- [Exercise aim]: Reproduce exactly the lines from the top of the records below through the line holding "e28 v11 v18".

(Collected data)
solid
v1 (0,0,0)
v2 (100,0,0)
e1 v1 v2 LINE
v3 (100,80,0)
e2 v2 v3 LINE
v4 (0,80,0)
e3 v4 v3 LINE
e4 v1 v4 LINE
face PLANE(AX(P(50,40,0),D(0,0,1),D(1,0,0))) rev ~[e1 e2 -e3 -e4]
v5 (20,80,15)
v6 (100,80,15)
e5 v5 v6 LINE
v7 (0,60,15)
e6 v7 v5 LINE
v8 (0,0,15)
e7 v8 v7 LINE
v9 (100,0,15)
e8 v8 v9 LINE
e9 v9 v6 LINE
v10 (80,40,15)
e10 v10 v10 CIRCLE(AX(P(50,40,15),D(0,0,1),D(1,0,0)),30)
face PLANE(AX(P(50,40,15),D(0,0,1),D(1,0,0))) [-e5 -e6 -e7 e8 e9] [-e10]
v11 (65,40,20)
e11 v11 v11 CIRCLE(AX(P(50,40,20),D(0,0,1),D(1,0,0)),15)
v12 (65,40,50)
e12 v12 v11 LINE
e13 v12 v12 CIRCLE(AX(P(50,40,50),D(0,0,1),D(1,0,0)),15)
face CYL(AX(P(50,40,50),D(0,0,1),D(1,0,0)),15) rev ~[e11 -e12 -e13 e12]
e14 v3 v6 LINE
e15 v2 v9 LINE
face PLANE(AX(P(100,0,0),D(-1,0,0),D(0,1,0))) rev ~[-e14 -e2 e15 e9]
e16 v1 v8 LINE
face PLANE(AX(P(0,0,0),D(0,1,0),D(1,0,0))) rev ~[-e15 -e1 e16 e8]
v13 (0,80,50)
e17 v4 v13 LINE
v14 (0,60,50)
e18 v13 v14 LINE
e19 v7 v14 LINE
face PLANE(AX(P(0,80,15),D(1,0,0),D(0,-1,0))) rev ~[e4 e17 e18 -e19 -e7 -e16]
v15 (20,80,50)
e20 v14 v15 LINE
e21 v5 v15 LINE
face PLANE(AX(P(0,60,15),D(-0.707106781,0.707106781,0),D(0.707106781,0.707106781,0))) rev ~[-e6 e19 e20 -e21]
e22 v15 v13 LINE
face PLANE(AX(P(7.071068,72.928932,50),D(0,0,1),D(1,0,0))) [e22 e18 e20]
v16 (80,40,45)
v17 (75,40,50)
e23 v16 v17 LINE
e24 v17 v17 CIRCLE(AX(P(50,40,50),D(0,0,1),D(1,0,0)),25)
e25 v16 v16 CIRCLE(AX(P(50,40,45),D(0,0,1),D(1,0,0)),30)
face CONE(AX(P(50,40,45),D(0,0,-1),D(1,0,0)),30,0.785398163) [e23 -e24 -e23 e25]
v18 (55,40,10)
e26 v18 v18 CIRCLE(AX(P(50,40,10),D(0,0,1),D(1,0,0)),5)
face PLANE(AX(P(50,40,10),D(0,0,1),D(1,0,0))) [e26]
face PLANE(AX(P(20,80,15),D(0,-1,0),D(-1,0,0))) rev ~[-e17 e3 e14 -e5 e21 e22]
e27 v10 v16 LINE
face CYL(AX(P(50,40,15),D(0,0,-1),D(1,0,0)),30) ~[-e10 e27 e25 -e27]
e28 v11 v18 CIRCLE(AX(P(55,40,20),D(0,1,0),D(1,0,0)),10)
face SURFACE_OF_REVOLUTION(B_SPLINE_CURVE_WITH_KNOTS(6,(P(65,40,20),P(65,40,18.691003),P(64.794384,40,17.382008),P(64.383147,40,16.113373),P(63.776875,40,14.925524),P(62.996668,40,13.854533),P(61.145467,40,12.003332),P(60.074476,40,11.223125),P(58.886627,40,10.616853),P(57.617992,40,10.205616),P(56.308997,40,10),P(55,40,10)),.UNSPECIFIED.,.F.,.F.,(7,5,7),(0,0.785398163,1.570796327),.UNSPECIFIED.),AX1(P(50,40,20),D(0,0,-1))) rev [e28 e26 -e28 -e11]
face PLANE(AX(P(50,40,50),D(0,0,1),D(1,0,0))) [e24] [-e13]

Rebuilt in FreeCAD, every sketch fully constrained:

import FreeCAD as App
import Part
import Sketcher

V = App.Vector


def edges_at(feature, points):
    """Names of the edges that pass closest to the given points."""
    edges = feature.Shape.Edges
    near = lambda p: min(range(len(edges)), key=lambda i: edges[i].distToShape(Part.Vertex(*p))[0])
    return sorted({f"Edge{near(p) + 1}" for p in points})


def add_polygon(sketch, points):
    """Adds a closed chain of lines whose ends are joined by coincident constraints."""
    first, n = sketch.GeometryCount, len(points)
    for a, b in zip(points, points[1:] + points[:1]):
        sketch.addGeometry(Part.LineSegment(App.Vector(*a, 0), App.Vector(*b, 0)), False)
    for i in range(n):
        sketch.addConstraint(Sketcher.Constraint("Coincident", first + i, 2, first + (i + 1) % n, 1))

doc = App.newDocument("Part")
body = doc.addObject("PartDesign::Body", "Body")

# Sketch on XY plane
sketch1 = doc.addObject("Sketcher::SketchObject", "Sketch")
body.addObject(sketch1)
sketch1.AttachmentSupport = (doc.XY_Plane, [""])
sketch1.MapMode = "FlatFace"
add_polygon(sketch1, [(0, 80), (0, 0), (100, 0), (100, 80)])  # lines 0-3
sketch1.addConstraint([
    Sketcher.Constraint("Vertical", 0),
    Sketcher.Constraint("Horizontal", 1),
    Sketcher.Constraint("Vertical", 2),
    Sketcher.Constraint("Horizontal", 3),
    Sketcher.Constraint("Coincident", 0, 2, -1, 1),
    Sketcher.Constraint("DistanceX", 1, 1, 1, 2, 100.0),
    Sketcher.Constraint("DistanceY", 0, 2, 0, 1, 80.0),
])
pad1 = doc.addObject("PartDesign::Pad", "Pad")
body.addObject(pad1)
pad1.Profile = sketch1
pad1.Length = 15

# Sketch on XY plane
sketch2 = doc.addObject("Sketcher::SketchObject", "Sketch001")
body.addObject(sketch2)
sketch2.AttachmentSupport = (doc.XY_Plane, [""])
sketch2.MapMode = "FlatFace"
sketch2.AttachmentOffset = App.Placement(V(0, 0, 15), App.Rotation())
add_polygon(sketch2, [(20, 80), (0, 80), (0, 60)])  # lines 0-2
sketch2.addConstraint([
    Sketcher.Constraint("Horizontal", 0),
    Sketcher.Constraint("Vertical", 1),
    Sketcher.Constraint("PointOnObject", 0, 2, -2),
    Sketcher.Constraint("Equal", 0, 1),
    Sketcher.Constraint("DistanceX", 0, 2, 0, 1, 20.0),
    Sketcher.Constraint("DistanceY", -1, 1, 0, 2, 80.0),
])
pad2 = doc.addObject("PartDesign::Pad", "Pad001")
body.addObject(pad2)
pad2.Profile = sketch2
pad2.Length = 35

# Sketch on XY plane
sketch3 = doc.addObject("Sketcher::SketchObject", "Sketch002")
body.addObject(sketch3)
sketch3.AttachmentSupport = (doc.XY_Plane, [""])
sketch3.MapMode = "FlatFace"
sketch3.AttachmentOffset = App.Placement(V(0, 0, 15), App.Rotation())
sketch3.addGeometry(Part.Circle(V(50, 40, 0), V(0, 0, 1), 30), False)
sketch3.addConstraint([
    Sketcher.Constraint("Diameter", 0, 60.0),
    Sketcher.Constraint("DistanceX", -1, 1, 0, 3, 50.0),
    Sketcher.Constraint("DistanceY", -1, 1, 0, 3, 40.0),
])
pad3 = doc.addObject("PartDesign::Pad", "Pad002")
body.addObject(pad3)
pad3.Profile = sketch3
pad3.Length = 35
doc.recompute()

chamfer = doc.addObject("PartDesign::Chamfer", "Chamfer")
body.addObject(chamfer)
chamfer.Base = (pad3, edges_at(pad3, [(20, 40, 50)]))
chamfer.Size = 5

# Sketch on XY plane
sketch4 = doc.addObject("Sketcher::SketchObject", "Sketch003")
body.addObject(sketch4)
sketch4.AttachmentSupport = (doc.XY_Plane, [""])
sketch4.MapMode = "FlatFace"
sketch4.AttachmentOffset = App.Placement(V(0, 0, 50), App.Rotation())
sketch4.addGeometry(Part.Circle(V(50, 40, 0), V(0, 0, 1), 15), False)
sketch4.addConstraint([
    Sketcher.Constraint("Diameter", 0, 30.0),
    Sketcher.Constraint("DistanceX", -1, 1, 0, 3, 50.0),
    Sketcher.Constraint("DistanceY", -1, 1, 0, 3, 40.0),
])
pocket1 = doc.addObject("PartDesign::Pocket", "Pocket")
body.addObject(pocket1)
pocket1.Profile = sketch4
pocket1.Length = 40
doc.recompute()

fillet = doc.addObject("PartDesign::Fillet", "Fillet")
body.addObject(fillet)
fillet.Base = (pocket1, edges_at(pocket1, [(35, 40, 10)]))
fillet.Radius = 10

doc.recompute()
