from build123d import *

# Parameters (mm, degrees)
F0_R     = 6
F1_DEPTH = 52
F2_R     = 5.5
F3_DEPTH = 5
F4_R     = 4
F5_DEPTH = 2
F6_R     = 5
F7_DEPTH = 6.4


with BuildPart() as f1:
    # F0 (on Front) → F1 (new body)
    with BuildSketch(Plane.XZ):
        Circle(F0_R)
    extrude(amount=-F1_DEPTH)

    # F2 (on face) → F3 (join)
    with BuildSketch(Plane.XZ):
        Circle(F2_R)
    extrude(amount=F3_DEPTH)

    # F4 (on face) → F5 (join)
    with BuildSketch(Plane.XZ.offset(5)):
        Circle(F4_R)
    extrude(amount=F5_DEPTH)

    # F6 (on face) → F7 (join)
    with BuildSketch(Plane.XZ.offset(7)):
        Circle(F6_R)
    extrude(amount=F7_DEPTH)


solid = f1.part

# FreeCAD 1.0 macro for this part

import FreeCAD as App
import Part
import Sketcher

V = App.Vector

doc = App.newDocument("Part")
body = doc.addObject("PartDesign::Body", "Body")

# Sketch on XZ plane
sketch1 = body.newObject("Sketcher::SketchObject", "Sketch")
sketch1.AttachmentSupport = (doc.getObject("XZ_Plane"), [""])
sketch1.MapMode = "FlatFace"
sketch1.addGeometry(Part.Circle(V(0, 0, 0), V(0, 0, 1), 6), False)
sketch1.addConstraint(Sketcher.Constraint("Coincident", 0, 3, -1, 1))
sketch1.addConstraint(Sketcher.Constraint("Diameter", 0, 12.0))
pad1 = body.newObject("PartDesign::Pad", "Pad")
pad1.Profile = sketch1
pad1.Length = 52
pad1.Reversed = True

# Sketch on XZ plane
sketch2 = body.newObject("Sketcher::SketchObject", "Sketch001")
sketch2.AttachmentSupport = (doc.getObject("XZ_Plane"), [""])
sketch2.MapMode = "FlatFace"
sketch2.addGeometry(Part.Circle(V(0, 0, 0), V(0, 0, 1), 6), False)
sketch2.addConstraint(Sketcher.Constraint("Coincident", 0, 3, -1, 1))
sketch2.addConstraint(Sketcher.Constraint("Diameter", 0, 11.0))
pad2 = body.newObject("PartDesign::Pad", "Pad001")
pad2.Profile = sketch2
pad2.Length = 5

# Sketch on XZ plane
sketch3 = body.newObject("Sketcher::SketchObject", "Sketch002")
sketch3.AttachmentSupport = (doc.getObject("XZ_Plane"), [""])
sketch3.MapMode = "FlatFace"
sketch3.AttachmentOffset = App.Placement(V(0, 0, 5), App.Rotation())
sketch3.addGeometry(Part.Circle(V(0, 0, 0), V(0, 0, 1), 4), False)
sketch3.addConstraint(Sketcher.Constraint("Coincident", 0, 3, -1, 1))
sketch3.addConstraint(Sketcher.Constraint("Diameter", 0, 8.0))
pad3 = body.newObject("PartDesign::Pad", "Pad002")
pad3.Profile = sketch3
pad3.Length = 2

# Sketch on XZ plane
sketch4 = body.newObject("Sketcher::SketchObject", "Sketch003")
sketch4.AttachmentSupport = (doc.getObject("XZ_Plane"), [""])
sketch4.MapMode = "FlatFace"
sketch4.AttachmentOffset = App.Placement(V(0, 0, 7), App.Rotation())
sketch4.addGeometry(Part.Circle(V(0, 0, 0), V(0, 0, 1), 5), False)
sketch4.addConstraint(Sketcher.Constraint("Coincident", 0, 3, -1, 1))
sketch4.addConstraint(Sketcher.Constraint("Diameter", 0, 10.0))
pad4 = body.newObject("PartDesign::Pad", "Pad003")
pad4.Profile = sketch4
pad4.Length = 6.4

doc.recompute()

- [Expected output]:
solid
v1 (0,0,0)
v2 (100,0,0)
e1 v1 v2 LINE
v3 (100,80,0)
e2 v2 v3 LINE
v4 (0,80,0)
e3 v4 v3 LINE
e4 v1 v4 LINE
face PLANE(AX(P(50,40,0),D(0,0,1),D(1,0,0))) rev ~[e1 e2 -e3 -e4]
v5 (20,80,15)
v6 (100,80,15)
e5 v5 v6 LINE
v7 (0,60,15)
e6 v7 v5 LINE
v8 (0,0,15)
e7 v8 v7 LINE
v9 (100,0,15)
e8 v8 v9 LINE
e9 v9 v6 LINE
v10 (80,40,15)
e10 v10 v10 CIRCLE(AX(P(50,40,15),D(0,0,1),D(1,0,0)),30)
face PLANE(AX(P(50,40,15),D(0,0,1),D(1,0,0))) [-e5 -e6 -e7 e8 e9] [-e10]
v11 (65,40,20)
e11 v11 v11 CIRCLE(AX(P(50,40,20),D(0,0,1),D(1,0,0)),15)
v12 (65,40,50)
e12 v12 v11 LINE
e13 v12 v12 CIRCLE(AX(P(50,40,50),D(0,0,1),D(1,0,0)),15)
face CYL(AX(P(50,40,50),D(0,0,1),D(1,0,0)),15) rev ~[e11 -e12 -e13 e12]
e14 v3 v6 LINE
e15 v2 v9 LINE
face PLANE(AX(P(100,0,0),D(-1,0,0),D(0,1,0))) rev ~[-e14 -e2 e15 e9]
e16 v1 v8 LINE
face PLANE(AX(P(0,0,0),D(0,1,0),D(1,0,0))) rev ~[-e15 -e1 e16 e8]
v13 (0,80,50)
e17 v4 v13 LINE
v14 (0,60,50)
e18 v13 v14 LINE
e19 v7 v14 LINE
face PLANE(AX(P(0,80,15),D(1,0,0),D(0,-1,0))) rev ~[e4 e17 e18 -e19 -e7 -e16]
v15 (20,80,50)
e20 v14 v15 LINE
e21 v5 v15 LINE
face PLANE(AX(P(0,60,15),D(-0.707106781,0.707106781,0),D(0.707106781,0.707106781,0))) rev ~[-e6 e19 e20 -e21]
e22 v15 v13 LINE
face PLANE(AX(P(7.071068,72.928932,50),D(0,0,1),D(1,0,0))) [e22 e18 e20]
v16 (80,40,45)
v17 (75,40,50)
e23 v16 v17 LINE
e24 v17 v17 CIRCLE(AX(P(50,40,50),D(0,0,1),D(1,0,0)),25)
e25 v16 v16 CIRCLE(AX(P(50,40,45),D(0,0,1),D(1,0,0)),30)
face CONE(AX(P(50,40,45),D(0,0,-1),D(1,0,0)),30,0.785398163) [e23 -e24 -e23 e25]
v18 (55,40,10)
e26 v18 v18 CIRCLE(AX(P(50,40,10),D(0,0,1),D(1,0,0)),5)
face PLANE(AX(P(50,40,10),D(0,0,1),D(1,0,0))) [e26]
face PLANE(AX(P(20,80,15),D(0,-1,0),D(-1,0,0))) rev ~[-e17 e3 e14 -e5 e21 e22]
e27 v10 v16 LINE
face CYL(AX(P(50,40,15),D(0,0,-1),D(1,0,0)),30) ~[-e10 e27 e25 -e27]
e28 v11 v18 CIRCLE(AX(P(55,40,20),D(0,1,0),D(1,0,0)),10)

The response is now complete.